WORK INSTRUCTION
Up to and including the line that contains "#219=ORIENTED_EDGE('',*,*,#184,.F.);", repeat each line of the data exactly, starting from the first.

─── RECORDS FOR THE TASK ───

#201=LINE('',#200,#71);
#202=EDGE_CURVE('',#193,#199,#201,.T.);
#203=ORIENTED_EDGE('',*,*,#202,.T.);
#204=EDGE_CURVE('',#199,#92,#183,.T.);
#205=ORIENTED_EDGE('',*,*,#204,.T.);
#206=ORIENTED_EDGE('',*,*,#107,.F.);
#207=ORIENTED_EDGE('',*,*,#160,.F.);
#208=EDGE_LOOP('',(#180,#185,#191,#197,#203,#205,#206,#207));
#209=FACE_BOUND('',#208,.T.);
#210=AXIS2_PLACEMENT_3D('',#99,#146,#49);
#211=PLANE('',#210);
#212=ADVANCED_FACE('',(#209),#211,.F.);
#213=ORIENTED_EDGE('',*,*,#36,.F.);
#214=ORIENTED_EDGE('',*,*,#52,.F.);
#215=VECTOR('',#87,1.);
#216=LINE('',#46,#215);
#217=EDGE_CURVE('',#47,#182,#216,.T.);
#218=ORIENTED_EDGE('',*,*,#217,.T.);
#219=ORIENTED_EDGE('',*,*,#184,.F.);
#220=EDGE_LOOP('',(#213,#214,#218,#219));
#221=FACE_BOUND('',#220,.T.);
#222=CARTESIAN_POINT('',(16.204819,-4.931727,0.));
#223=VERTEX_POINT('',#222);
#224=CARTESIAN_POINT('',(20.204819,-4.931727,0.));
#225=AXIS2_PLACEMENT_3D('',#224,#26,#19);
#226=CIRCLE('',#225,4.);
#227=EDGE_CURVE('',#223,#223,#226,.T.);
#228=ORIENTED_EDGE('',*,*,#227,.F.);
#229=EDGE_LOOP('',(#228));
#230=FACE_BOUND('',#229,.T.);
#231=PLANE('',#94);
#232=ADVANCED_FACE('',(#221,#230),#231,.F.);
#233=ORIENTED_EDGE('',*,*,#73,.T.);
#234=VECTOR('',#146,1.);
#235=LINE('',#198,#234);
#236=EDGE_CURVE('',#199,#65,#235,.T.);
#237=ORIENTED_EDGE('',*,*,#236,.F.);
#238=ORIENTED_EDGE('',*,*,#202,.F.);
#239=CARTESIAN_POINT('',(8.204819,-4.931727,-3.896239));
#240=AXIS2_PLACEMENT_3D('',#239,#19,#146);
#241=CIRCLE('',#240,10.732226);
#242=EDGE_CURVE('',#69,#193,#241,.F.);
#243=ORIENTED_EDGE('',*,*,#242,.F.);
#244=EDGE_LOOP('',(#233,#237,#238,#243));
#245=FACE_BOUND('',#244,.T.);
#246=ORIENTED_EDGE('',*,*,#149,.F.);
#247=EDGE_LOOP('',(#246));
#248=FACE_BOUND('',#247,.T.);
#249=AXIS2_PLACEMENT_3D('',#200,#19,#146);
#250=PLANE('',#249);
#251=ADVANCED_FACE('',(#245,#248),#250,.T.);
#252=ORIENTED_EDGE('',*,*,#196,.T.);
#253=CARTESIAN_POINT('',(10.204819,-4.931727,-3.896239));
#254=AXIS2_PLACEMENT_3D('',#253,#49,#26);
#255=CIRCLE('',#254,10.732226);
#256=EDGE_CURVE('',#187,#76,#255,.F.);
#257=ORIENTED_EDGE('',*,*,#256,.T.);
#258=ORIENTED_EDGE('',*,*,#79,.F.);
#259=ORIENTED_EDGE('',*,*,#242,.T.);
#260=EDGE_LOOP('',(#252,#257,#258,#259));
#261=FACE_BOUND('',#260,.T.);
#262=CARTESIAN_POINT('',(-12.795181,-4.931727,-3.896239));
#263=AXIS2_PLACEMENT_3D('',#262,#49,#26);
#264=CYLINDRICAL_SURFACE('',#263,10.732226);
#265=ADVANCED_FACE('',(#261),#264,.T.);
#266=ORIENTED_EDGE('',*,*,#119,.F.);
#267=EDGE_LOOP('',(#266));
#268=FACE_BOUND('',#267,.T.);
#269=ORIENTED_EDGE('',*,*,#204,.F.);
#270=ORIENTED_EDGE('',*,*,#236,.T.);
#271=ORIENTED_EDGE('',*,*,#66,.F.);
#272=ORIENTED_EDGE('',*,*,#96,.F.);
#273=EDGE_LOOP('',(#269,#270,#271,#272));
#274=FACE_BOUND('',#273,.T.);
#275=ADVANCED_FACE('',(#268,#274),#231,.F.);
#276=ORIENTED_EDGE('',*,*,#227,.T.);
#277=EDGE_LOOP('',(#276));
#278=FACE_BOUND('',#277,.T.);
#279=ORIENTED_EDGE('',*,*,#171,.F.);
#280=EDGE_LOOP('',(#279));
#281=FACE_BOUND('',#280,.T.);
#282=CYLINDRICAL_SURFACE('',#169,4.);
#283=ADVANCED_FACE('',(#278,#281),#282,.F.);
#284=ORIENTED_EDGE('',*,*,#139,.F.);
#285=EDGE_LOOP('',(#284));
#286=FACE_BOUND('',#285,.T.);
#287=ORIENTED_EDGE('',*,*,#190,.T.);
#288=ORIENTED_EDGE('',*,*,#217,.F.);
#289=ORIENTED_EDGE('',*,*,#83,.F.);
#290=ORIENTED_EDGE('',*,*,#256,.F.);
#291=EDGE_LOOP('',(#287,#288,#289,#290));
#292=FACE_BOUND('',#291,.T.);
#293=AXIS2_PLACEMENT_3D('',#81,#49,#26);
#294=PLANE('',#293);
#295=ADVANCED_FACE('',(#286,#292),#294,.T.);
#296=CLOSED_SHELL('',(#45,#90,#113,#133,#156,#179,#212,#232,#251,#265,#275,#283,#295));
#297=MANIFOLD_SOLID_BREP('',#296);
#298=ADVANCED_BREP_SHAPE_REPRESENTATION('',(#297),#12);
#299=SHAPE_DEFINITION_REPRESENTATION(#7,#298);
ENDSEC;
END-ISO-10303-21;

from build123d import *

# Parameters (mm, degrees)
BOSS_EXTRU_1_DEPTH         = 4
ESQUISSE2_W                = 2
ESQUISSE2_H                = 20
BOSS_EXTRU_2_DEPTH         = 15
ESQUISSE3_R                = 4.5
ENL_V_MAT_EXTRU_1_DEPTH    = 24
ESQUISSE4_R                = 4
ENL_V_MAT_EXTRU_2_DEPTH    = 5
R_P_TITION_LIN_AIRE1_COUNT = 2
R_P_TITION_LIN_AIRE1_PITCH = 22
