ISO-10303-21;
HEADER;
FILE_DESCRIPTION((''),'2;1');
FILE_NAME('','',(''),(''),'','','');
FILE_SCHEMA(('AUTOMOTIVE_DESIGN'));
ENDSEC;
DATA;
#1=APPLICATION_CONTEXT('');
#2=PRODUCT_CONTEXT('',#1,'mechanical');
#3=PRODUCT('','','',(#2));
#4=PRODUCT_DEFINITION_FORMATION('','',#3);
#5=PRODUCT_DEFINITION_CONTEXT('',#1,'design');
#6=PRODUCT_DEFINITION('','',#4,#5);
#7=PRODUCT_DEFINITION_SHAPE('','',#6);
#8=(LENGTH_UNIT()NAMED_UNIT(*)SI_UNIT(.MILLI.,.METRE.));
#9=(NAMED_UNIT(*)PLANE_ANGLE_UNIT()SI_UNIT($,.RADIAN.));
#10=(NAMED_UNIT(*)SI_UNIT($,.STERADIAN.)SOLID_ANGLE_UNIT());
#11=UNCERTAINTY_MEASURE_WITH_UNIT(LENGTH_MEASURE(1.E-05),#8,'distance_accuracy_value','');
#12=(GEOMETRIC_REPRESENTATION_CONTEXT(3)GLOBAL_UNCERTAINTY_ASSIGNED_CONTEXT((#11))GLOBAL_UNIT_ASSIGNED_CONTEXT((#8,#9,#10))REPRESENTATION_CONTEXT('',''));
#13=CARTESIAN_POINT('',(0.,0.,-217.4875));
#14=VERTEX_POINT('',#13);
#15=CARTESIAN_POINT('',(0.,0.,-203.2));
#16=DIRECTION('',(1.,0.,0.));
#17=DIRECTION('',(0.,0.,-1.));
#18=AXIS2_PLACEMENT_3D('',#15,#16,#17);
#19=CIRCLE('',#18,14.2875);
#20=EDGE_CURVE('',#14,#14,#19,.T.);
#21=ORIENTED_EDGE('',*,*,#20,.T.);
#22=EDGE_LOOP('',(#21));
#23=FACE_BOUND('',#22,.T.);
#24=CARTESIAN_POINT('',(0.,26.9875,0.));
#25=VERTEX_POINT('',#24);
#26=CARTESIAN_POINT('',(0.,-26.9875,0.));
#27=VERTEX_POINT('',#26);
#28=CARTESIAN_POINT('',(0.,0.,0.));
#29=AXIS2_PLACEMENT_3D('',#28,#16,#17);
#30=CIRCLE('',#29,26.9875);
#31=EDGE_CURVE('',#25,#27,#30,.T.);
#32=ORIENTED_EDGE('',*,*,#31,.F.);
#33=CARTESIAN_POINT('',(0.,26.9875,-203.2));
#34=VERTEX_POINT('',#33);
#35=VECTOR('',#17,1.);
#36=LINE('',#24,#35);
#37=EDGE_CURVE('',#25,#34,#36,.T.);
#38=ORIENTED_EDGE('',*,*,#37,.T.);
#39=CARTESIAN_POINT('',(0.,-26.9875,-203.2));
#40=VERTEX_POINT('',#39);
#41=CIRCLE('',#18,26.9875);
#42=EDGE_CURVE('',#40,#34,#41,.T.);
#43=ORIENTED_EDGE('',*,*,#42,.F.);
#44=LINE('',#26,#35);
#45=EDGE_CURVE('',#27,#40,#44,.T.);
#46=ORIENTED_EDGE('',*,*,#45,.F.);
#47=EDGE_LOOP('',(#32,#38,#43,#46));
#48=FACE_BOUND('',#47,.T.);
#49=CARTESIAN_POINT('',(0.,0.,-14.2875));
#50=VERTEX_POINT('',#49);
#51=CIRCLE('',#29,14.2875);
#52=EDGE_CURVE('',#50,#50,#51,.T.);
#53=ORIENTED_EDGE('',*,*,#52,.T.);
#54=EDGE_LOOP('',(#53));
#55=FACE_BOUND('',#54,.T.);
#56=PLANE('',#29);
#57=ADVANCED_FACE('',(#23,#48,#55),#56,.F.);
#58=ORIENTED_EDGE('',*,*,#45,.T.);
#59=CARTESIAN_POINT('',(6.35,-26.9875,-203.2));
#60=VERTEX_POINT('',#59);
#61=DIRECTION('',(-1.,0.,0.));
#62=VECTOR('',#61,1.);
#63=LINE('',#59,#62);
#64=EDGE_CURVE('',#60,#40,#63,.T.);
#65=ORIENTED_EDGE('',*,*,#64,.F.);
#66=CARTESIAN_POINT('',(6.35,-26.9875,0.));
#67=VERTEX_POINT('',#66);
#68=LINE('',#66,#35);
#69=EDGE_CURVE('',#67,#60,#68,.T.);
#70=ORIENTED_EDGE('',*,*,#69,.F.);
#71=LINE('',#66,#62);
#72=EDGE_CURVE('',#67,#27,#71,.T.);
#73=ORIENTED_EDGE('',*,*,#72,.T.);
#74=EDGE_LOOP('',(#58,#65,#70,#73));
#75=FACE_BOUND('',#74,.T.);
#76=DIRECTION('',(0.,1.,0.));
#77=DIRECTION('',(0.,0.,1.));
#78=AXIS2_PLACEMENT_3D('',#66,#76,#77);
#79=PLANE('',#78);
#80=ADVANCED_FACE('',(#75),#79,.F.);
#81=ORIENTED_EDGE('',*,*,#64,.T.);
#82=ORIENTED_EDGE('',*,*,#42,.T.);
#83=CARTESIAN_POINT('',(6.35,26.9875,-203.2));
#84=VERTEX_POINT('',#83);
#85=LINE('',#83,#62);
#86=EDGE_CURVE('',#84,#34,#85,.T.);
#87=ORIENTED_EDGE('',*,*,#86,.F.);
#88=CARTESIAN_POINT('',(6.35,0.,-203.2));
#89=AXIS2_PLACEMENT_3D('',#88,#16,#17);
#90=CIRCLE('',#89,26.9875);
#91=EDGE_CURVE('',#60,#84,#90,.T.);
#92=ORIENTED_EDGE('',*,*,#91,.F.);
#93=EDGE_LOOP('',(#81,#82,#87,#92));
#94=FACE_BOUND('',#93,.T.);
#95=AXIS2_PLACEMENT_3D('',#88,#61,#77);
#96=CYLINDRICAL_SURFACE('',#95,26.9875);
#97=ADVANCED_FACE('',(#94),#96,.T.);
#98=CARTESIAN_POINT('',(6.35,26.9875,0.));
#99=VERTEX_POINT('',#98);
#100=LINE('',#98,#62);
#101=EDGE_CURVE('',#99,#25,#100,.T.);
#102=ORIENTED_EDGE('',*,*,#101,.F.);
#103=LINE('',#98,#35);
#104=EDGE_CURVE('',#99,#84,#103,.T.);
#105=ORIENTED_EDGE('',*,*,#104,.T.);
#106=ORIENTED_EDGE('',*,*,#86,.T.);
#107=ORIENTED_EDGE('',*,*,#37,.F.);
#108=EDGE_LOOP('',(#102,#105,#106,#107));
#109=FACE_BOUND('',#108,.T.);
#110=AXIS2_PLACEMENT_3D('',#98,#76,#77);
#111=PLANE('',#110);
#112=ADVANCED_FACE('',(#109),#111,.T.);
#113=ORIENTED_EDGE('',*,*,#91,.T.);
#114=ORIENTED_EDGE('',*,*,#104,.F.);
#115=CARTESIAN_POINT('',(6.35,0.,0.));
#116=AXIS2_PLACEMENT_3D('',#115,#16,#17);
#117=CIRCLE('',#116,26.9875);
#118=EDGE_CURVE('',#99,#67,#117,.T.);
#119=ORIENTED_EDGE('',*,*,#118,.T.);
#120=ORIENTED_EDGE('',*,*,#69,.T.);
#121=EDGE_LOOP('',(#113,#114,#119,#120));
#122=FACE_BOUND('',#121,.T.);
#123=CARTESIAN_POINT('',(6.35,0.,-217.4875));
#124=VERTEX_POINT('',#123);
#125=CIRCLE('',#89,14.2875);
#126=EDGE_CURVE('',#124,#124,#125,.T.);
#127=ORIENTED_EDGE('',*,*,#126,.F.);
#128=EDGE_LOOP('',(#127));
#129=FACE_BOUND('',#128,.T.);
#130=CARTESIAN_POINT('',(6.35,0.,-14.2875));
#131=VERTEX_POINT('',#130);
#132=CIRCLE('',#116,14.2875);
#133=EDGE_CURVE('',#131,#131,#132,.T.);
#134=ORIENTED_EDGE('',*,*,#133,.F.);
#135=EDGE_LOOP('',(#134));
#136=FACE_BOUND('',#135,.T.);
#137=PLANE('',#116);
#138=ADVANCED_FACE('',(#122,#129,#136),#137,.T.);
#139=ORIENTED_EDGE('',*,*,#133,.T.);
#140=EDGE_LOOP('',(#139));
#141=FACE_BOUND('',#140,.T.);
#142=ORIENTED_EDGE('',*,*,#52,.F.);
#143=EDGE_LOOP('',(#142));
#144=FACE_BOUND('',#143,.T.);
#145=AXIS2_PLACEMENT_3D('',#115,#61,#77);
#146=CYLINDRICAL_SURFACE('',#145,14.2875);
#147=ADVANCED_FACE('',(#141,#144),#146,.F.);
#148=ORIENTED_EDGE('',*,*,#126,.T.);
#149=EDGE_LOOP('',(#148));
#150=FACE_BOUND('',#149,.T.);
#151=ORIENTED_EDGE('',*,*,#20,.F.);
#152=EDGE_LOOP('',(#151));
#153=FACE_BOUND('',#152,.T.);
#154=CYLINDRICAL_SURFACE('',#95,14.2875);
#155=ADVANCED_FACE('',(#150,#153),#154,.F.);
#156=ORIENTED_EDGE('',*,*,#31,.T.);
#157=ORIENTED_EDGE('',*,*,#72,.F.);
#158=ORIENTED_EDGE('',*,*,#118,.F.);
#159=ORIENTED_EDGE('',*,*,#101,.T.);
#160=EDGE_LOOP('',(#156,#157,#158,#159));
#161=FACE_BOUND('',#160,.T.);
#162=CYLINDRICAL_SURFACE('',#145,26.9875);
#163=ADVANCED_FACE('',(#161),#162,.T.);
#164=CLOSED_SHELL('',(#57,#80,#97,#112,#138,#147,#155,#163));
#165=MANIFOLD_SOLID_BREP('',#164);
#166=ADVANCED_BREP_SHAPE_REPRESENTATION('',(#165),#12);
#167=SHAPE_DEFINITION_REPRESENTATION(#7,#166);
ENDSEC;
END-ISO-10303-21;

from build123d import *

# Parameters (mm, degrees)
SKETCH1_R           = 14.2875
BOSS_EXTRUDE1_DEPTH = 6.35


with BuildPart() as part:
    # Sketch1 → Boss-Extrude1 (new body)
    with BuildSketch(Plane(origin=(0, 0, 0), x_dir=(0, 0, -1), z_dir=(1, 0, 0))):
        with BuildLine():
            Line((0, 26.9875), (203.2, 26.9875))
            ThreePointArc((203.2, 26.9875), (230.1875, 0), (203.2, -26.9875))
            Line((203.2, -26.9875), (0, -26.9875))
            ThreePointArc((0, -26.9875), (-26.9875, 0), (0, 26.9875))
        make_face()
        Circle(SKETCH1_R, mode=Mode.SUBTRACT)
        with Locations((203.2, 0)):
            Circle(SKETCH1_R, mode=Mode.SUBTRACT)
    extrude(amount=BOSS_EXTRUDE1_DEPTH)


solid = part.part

───

RESPONSE TO THIS EXERCISE
#201=LINE('',#200,#71);
#202=EDGE_CURVE('',#193,#199,#201,.T.);
#203=ORIENTED_EDGE('',*,*,#202,.T.);
#204=EDGE_CURVE('',#199,#92,#183,.T.);
#205=ORIENTED_EDGE('',*,*,#204,.T.);
#206=ORIENTED_EDGE('',*,*,#107,.F.);
#207=ORIENTED_EDGE('',*,*,#160,.F.);
#208=EDGE_LOOP('',(#180,#185,#191,#197,#203,#205,#206,#207));
#209=FACE_BOUND('',#208,.T.);
#210=AXIS2_PLACEMENT_3D('',#99,#146,#49);
#211=PLANE('',#210);
#212=ADVANCED_FACE('',(#209),#211,.F.);
#213=ORIENTED_EDGE('',*,*,#36,.F.);
#214=ORIENTED_EDGE('',*,*,#52,.F.);
#215=VECTOR('',#87,1.);
#216=LINE('',#46,#215);
#217=EDGE_CURVE('',#47,#182,#216,.T.);
#218=ORIENTED_EDGE('',*,*,#217,.T.);
#219=ORIENTED_EDGE('',*,*,#184,.F.);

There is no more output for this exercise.